Марсианский проект С. П. Королёва - Бугров Владимир Евграфович. Страница 37
По ситуации, складывавшейся вокруг ОКБ-1, и по впечатлениям от бесед с Тихонравовым, можно было сделать вывод, что Королев как хороший стратег и политик обязан был предположить худший для своих замыслов вариант развития событий. А он был простой. Хрущев мог поручить подготовку экспедиции на Луну как ближайшей первостепенной задачи Челомею, под чьим руководством работал сын генсека, и для которого тем самым открывалась перспектива стать со временем вторым Королевым или Челомеем. Финансирование проектов по тяжелым носителям и перспективным космическим программам, которое до сих пор делилось на троих, сосредоточилось бы в руках Челомея. Королеву в этом случае можно было разрешить заниматься запуском автоматов, «Восходов» и даже марсианской программой, не вынося ее за пределы ОКБ-1. Работы по ракете Н1, которые и без того еле теплились, были бы потихоньку свернуты. Приостановленное строительство наземных сооружений технической и стартовой позиций можно было возобновить с учетом требований нового проекта Челомея.

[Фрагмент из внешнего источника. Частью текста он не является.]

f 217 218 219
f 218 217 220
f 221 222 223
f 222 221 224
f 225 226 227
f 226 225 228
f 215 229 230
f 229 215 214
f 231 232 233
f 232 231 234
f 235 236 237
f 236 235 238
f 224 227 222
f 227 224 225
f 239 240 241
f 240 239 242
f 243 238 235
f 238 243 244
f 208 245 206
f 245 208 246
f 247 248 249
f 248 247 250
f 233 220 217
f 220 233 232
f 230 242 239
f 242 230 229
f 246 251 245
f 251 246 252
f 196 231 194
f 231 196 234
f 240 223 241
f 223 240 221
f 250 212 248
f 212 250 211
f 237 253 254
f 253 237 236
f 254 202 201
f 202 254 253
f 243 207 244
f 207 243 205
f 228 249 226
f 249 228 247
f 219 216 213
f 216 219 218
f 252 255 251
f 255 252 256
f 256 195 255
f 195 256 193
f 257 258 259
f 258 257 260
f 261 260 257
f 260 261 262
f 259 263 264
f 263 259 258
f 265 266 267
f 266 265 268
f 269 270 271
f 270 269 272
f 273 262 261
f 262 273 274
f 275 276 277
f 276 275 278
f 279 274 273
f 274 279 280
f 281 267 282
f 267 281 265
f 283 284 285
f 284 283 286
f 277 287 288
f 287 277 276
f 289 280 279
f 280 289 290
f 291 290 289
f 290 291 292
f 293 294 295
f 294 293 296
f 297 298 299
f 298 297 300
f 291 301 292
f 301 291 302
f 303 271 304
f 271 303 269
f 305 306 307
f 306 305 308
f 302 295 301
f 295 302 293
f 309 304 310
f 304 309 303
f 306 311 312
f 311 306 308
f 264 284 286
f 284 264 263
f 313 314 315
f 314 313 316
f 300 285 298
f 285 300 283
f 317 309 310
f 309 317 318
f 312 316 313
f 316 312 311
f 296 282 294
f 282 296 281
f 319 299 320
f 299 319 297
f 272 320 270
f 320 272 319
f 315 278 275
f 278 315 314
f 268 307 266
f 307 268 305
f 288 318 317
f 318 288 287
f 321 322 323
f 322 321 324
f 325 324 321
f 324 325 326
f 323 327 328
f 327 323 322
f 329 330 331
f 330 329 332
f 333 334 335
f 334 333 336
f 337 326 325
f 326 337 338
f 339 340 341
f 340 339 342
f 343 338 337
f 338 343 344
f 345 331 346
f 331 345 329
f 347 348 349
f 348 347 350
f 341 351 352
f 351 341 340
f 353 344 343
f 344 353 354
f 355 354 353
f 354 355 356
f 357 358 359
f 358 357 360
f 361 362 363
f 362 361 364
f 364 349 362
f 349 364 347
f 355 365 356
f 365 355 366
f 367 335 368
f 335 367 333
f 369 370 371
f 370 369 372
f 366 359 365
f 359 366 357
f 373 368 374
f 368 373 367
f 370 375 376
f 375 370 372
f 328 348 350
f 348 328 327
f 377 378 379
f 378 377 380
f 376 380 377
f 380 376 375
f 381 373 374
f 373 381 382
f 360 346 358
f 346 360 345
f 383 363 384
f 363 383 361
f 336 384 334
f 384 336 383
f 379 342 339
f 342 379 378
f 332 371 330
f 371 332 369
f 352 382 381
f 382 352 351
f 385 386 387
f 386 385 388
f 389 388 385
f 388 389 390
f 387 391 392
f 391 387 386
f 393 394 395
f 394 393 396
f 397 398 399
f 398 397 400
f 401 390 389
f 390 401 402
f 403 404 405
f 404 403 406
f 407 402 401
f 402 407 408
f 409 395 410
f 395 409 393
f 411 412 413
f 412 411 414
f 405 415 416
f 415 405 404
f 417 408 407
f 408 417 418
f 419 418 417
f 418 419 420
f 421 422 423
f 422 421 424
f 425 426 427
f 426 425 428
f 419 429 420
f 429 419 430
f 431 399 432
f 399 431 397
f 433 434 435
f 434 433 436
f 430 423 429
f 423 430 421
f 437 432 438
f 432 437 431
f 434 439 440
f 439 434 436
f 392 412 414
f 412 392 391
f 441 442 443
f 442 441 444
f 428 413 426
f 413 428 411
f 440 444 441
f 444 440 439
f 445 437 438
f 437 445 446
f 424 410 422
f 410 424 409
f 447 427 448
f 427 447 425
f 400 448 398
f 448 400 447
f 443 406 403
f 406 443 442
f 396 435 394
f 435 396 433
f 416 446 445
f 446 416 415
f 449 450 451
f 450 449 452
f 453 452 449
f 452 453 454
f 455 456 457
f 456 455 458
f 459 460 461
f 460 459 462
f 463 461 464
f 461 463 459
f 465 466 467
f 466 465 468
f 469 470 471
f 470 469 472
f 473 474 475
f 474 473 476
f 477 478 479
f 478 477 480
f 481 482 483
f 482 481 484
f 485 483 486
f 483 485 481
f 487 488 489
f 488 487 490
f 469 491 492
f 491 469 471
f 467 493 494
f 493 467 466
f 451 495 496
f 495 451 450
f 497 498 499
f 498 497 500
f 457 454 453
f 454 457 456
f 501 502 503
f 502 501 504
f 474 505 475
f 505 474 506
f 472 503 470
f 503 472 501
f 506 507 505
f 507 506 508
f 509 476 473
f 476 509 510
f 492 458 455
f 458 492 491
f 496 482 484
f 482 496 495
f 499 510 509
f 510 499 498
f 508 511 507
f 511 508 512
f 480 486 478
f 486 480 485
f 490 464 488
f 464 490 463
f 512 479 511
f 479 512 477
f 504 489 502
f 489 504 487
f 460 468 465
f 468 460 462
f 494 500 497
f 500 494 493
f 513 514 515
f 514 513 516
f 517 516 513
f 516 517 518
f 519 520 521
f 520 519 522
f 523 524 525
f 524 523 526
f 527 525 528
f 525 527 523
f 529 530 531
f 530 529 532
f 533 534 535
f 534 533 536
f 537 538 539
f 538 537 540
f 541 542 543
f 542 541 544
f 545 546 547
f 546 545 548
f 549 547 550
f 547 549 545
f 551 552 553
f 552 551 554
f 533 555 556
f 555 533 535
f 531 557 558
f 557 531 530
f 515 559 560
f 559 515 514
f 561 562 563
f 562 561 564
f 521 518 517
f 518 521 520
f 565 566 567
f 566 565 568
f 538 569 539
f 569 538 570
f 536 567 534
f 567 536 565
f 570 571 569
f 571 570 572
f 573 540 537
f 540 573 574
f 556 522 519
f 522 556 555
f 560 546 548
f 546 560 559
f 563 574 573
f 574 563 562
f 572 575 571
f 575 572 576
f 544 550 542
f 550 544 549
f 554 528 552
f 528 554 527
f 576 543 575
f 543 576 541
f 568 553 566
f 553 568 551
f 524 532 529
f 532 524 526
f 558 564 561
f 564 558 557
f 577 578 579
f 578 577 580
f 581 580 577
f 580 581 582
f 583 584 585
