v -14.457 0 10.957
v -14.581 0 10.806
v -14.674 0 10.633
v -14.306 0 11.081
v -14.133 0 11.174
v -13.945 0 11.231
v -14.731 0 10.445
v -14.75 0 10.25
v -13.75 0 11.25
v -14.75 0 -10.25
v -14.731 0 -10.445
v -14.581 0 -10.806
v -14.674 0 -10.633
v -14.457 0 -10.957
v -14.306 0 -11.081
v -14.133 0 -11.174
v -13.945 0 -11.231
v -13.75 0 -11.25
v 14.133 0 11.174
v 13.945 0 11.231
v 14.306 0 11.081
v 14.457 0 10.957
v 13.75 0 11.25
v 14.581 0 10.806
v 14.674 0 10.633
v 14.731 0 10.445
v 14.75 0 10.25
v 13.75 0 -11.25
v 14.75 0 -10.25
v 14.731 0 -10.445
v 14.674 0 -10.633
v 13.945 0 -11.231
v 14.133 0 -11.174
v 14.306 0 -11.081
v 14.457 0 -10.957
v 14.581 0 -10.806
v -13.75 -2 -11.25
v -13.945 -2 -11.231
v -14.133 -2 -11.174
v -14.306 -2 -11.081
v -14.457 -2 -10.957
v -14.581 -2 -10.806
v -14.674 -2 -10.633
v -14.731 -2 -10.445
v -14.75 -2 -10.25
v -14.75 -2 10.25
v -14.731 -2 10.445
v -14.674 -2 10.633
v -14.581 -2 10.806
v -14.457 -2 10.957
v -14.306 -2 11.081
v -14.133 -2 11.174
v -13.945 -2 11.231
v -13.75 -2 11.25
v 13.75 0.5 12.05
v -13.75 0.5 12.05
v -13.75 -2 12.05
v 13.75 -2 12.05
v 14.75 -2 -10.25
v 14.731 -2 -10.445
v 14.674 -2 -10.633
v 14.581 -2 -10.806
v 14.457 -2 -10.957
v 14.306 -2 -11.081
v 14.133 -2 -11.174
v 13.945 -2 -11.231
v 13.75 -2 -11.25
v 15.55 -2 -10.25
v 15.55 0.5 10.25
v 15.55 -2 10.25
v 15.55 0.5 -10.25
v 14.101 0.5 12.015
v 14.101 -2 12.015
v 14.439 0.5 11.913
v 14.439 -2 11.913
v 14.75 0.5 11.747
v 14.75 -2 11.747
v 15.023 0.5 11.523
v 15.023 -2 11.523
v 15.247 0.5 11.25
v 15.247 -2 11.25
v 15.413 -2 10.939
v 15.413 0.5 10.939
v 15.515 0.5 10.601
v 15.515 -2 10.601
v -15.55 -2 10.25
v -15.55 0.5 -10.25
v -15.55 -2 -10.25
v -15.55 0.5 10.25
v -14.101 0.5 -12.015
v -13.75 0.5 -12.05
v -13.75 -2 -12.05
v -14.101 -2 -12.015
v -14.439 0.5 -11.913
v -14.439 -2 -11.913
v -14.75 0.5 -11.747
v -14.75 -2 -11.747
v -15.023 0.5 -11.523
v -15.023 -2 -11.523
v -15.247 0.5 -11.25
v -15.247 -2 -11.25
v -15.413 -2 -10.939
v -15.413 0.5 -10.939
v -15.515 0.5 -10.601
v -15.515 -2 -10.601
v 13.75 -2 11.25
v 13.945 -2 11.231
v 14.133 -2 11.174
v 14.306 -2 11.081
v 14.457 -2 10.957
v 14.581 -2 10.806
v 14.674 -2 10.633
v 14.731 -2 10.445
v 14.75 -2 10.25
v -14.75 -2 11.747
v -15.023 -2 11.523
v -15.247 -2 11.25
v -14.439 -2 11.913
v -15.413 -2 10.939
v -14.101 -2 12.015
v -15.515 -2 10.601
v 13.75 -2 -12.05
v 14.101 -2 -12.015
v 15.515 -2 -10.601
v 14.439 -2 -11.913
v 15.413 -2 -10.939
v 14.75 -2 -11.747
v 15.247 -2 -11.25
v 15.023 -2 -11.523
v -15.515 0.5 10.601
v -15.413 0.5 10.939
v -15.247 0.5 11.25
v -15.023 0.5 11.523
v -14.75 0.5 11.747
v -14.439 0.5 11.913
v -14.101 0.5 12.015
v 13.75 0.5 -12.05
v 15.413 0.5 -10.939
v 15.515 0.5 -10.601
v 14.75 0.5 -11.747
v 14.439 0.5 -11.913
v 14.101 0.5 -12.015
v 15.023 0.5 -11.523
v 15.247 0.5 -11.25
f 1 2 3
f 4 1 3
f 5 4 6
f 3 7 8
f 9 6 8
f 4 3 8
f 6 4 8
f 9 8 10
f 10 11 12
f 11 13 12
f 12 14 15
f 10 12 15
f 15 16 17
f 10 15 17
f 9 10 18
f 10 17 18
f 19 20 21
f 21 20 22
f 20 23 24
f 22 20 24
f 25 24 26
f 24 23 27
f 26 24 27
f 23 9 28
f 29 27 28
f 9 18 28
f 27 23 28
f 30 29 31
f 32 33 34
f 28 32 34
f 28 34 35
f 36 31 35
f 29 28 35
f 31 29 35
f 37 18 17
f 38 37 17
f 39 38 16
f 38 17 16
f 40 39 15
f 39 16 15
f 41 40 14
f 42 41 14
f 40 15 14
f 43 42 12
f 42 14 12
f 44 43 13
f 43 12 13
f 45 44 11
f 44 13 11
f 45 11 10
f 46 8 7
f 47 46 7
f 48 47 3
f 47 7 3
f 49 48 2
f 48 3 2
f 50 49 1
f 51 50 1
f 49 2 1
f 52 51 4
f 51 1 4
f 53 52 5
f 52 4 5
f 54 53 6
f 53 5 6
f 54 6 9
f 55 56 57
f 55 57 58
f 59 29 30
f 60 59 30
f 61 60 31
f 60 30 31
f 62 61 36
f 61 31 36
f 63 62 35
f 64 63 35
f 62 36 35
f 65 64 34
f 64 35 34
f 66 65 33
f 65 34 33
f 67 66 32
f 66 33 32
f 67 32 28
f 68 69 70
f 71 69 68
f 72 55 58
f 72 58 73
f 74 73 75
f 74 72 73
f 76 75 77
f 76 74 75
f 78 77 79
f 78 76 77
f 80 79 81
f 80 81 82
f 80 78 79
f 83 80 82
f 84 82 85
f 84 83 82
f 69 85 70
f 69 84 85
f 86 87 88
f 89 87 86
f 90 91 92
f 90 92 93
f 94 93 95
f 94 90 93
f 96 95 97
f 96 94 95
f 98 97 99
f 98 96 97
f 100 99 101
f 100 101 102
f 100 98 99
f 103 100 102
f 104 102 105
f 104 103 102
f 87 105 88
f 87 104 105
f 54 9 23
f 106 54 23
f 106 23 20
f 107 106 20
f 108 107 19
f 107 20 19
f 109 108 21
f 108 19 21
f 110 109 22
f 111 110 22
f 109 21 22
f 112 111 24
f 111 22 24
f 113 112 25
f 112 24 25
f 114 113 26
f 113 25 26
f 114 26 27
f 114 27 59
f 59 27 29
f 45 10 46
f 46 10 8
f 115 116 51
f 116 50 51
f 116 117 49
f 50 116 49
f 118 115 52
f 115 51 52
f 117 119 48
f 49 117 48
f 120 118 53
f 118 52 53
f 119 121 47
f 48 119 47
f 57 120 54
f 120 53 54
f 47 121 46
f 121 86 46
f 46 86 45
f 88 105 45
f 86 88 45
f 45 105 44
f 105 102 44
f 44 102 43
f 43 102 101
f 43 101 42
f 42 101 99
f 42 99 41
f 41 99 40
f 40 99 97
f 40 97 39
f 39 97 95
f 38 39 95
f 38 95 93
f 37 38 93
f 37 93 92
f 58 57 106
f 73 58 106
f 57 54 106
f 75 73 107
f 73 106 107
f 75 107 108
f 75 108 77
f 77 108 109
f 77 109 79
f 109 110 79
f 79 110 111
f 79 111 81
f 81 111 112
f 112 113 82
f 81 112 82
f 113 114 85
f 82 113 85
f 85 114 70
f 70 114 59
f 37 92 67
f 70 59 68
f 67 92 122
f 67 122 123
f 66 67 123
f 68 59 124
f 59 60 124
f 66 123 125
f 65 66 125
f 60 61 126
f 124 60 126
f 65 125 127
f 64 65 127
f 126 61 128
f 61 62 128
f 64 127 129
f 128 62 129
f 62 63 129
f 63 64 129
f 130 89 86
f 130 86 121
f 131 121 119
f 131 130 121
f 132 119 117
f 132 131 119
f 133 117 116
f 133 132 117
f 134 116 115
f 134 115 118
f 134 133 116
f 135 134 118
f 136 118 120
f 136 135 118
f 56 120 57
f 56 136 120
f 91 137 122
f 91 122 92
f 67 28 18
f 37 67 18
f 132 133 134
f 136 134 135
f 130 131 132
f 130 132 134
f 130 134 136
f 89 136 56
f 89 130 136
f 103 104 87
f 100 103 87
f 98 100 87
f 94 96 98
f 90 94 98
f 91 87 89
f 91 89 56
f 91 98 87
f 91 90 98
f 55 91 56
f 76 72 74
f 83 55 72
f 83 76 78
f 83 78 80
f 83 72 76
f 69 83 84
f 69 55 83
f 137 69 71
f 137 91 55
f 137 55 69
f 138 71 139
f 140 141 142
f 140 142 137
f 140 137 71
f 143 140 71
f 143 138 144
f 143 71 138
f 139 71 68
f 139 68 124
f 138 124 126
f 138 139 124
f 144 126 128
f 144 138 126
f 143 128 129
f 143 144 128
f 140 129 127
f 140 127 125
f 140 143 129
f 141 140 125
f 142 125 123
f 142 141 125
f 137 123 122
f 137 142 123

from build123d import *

# Parameters (mm, degrees)
SKETCH_2_W      = 29.5
SKETCH_2_H      = 22.5
LAYER_DEPTH     = 0.5
FILLET_1_R      = 1
EXTRUDE_1_DEPTH = 2.5


with BuildPart() as part:
    # 草图2 → layer (new body)
    with BuildSketch(Plane(origin=(0, 0, 0), x_dir=(1, 0, 0), z_dir=(0, 1, 0))):
        Rectangle(SKETCH_2_W, SKETCH_2_H)
    extrude(amount=LAYER_DEPTH)

    # 圆角1
    fillet_1_edges = [part.edges().sort_by_distance(p)[0] for p in [
        (14.75, 0.25, 11.25),
        (-14.75, 0.25, 11.25),
        (-14.75, 0.25, -11.25),
        (14.75, 0.25, -11.25),
    ]]
    fillet(fillet_1_edges, radius=FILLET_1_R)

    # 草图4 → 凸台-拉伸1 (add)
    with BuildSketch(Plane(origin=(0, 0.5, 0), x_dir=(1, 0, 0), z_dir=(0, 1, 0))):
        with BuildLine():
            Line((-13.75, -12.05), (13.75, -12.05))
            ThreePointArc((13.75, -12.05), (15.022792206, -11.522792206), (15.55, -10.25))
            Line((15.55, -10.25), (15.55, 10.25))
            ThreePointArc((15.55, 10.25), (15.022792206, 11.522792206), (13.75, 12.05))
            Line((13.75, 12.05), (-13.75, 12.05))
            ThreePointArc((-13.75, 12.05), (-15.022792206, 11.522792206), (-15.55, 10.25))
            Line((-15.55, 10.25), (-15.55, -10.25))
            ThreePointArc((-15.55, -10.25), (-15.022792206, -11.522792206), (-13.75, -12.05))
        make_face()
        with BuildLine():
            Line((-13.75, -11.25), (13.75, -11.25))
            ThreePointArc((13.75, -11.25), (14.457106781, -10.957106781), (14.75, -10.25))
            Line((14.75, -10.25), (14.75, 10.25))
            ThreePointArc((14.75, 10.25), (14.457106781, 10.957106781), (13.75, 11.25))
            Line((13.75, 11.25), (-13.75, 11.25))
            ThreePointArc((-13.75, 11.25), (-14.457106781, 10.957106781), (-14.75, 10.25))
            Line((-14.75, 10.25), (-14.75, -10.25))
            ThreePointArc((-14.75, -10.25), (-14.457106781, -10.957106781), (-13.75, -11.25))
        make_face(mode=Mode.SUBTRACT)
    extrude(amount=-EXTRUDE_1_DEPTH)


solid = part.part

Развитие событий по такому сценарию представлялось весьма вероятным. Препятствовать ему, отстаивая марсианский проект, означало усилить позиции Челомея и остальных оппонентов по Луне. Единственный вариант, позволявший не упустить финансирование работ по Н1, — представить собственные предложения по экспедиции на Луну на ракете Н1, превосходящие по характеристикам предложения Челомея и Янгеля. Именно так и поступил Королев — он принял правила навязанной ему игры. Проектанты Крюкова быстро подготовили необходимые материалы. Королев озвучил их на Совете главных конструкторов 23 июня 1964 года. Устинов дал указание нашему головному исследовательскому институту НИИ-88 провести оценку теперь уже трех предложений по освоению Луны. И, конечно, институт совершенно объективно дал заключение о том, что для осуществления экспедиции на Луну больше подходит королевская ракета Н1.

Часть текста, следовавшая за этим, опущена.